Security Overview & Vulnerability Disclosure — Gyanbatua.ai

2) Key Safeguards (High Level)

Depending on the feature and system, we may use safeguards such as:

• A) Access Control
  • role-based access and least-privilege controls,
  • strong authentication and session controls for user access,
  • restricted internal access to systems and user data.
• B) Encryption & Secure Transmission
  • encryption in transit (e.g., HTTPS/TLS),
  • encryption at rest where feasible and appropriate to the system and data category,
  • secure secret management practices where applicable.
• C) Monitoring & Logging
  • security logging for critical events,
  • monitoring for suspicious activity and abuse,
  • rate limiting and protections against automated misuse where applicable.
• D) Secure Development & Change Management
  • secure engineering practices and code reviews where appropriate,
  • patching and vulnerability management processes,
  • controlled deployments and system change tracking.
• E) Vendor & Third-Party Risk Management
  • using reputable infrastructure and service providers,
  • contractual security and confidentiality obligations for key vendors,
  • limiting third-party access to what is necessary.
• F) Business Continuity
  • backups and recovery practices designed to support service continuity,
  • operational resilience controls appropriate for the Platform.

3) Your Role in Security

You can help keep your account safe by:

• using a strong, unique password,
• enabling available security features (where offered),
• keeping your device/browser updated,
• not sharing passwords, OTPs, or sensitive financial details in prompts or uploads,
• reporting suspicious activity promptly.

4) Important Limitations

No system can guarantee 100% security. While we work to protect the Platform, security risks can still occur due to factors beyond our control (e.g., sophisticated attacks, third-party failures, user device compromise).

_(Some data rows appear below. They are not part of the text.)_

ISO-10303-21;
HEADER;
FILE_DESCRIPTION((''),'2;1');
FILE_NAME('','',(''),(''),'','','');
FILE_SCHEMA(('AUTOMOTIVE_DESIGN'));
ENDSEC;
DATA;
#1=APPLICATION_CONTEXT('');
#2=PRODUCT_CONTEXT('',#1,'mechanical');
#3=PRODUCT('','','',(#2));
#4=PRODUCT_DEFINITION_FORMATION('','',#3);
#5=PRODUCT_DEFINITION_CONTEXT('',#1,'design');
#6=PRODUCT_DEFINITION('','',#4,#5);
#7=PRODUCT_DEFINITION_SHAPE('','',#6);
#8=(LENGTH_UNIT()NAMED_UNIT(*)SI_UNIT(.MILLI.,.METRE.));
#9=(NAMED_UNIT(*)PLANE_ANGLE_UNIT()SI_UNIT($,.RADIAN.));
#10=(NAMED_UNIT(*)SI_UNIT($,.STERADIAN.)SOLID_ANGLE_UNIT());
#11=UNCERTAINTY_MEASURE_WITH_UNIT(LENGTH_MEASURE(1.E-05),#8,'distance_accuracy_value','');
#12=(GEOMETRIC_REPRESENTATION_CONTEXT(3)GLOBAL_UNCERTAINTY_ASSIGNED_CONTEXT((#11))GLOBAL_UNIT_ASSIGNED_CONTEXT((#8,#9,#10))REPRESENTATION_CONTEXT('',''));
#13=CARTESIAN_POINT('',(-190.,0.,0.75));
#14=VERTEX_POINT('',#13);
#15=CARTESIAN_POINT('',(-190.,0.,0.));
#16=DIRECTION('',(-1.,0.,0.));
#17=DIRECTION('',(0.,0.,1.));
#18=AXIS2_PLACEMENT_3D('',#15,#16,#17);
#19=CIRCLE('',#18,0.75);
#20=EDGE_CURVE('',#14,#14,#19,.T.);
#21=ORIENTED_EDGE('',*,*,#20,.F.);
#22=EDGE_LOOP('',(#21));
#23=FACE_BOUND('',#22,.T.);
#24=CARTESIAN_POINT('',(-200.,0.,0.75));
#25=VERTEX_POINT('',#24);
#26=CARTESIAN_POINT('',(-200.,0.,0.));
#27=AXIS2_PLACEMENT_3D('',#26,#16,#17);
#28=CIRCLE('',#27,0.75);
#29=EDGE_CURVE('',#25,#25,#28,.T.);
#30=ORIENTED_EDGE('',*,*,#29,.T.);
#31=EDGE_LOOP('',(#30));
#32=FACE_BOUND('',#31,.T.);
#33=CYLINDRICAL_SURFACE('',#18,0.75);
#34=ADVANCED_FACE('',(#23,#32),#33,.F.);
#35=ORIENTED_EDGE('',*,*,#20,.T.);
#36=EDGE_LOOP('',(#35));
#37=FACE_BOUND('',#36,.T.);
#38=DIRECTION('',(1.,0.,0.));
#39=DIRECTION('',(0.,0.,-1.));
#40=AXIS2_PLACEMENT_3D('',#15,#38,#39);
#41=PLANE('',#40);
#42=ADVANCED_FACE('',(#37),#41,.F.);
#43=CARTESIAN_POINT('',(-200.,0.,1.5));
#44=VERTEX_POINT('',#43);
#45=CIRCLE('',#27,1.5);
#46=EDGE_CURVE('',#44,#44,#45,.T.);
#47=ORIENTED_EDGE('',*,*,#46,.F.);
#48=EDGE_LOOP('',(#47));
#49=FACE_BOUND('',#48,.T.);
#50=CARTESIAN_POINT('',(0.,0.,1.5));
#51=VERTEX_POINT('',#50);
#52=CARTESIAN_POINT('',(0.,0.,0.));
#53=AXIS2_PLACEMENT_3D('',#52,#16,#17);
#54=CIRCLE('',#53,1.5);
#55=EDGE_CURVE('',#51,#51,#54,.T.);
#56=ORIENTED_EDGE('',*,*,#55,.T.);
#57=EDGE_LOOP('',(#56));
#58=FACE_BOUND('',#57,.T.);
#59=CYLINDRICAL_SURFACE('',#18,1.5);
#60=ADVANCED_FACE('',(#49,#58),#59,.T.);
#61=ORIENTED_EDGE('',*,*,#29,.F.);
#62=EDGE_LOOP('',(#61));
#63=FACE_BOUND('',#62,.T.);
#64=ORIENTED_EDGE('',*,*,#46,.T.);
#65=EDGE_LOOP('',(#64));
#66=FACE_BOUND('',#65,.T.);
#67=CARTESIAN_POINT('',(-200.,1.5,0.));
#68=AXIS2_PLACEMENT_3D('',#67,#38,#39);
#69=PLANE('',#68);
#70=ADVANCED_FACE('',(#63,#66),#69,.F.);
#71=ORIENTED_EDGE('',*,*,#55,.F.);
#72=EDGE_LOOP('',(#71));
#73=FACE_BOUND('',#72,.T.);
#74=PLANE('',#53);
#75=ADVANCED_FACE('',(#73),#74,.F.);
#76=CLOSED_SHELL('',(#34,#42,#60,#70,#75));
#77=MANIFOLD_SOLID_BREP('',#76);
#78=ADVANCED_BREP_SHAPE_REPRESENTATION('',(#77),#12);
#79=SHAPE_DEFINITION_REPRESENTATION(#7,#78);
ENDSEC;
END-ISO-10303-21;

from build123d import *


with BuildPart() as part:
    # Sketch2 → Revolve1 (revolve)
    with BuildSketch(Plane.XY, mode=Mode.PRIVATE) as revolve1_sk:
        Polygon((0, 0), (0, 1.5), (-200, 1.5), (-200, 0.75), (-190, 0.75), (-190, 0), align=None)
    revolve(revolve1_sk.sketch.rotate(Axis((-190, 0, 0), (1, 0, 0)), 90), axis=Axis((-190, 0, 0), (1, 0, 0)))


solid = part.part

5) Vulnerability Disclosure (Responsible Reporting)

We welcome responsible security research and disclosures that help improve Platform security.

• A) How to Report
  • Email: [email protected]
  • Subject: "Security Vulnerability Report – Gyanbatua.ai"

  Include:

  • a clear description of the issue,
  • steps to reproduce (proof-of-concept if available),
  • affected URLs/endpoints/screens,
  • potential impact,
  • your contact details for follow-up.
• B) What We Ask Researchers To Do

  Please:

  • act in good faith and avoid privacy violations,
  • do not access, modify, delete, or download other users' data,
  • do not disrupt the Platform (no DDoS, spam, or destructive testing),
  • use only test accounts and your own data,
  • provide us a reasonable time to investigate and remediate before public disclosure.
• C) Scope Boundaries (Not Permitted)

  The following are not permitted:

  • social engineering of employees/users (phishing, vishing),
  • physical security attacks,
  • denial-of-service attacks,
  • using vulnerabilities to access data that is not yours,
  • testing that impacts service availability or user experience.
• D) Our Good-Faith Commitment

  If you follow this policy and act in good faith, we will not intentionally pursue legal action against you for responsible disclosure. This does not apply to activities that are malicious, unlawful, or conducted in bad faith.

6) Incident Response & User Notifications

If we identify a security incident involving personal data, we will take reasonable steps to:

• investigate and contain the incident,
• mitigate risks and restore services,
• comply with applicable legal obligations (including any notification requirements).

7) Updates to This Page

We may update this Security Overview from time to time. The latest version will be posted on the Platform with an updated effective date.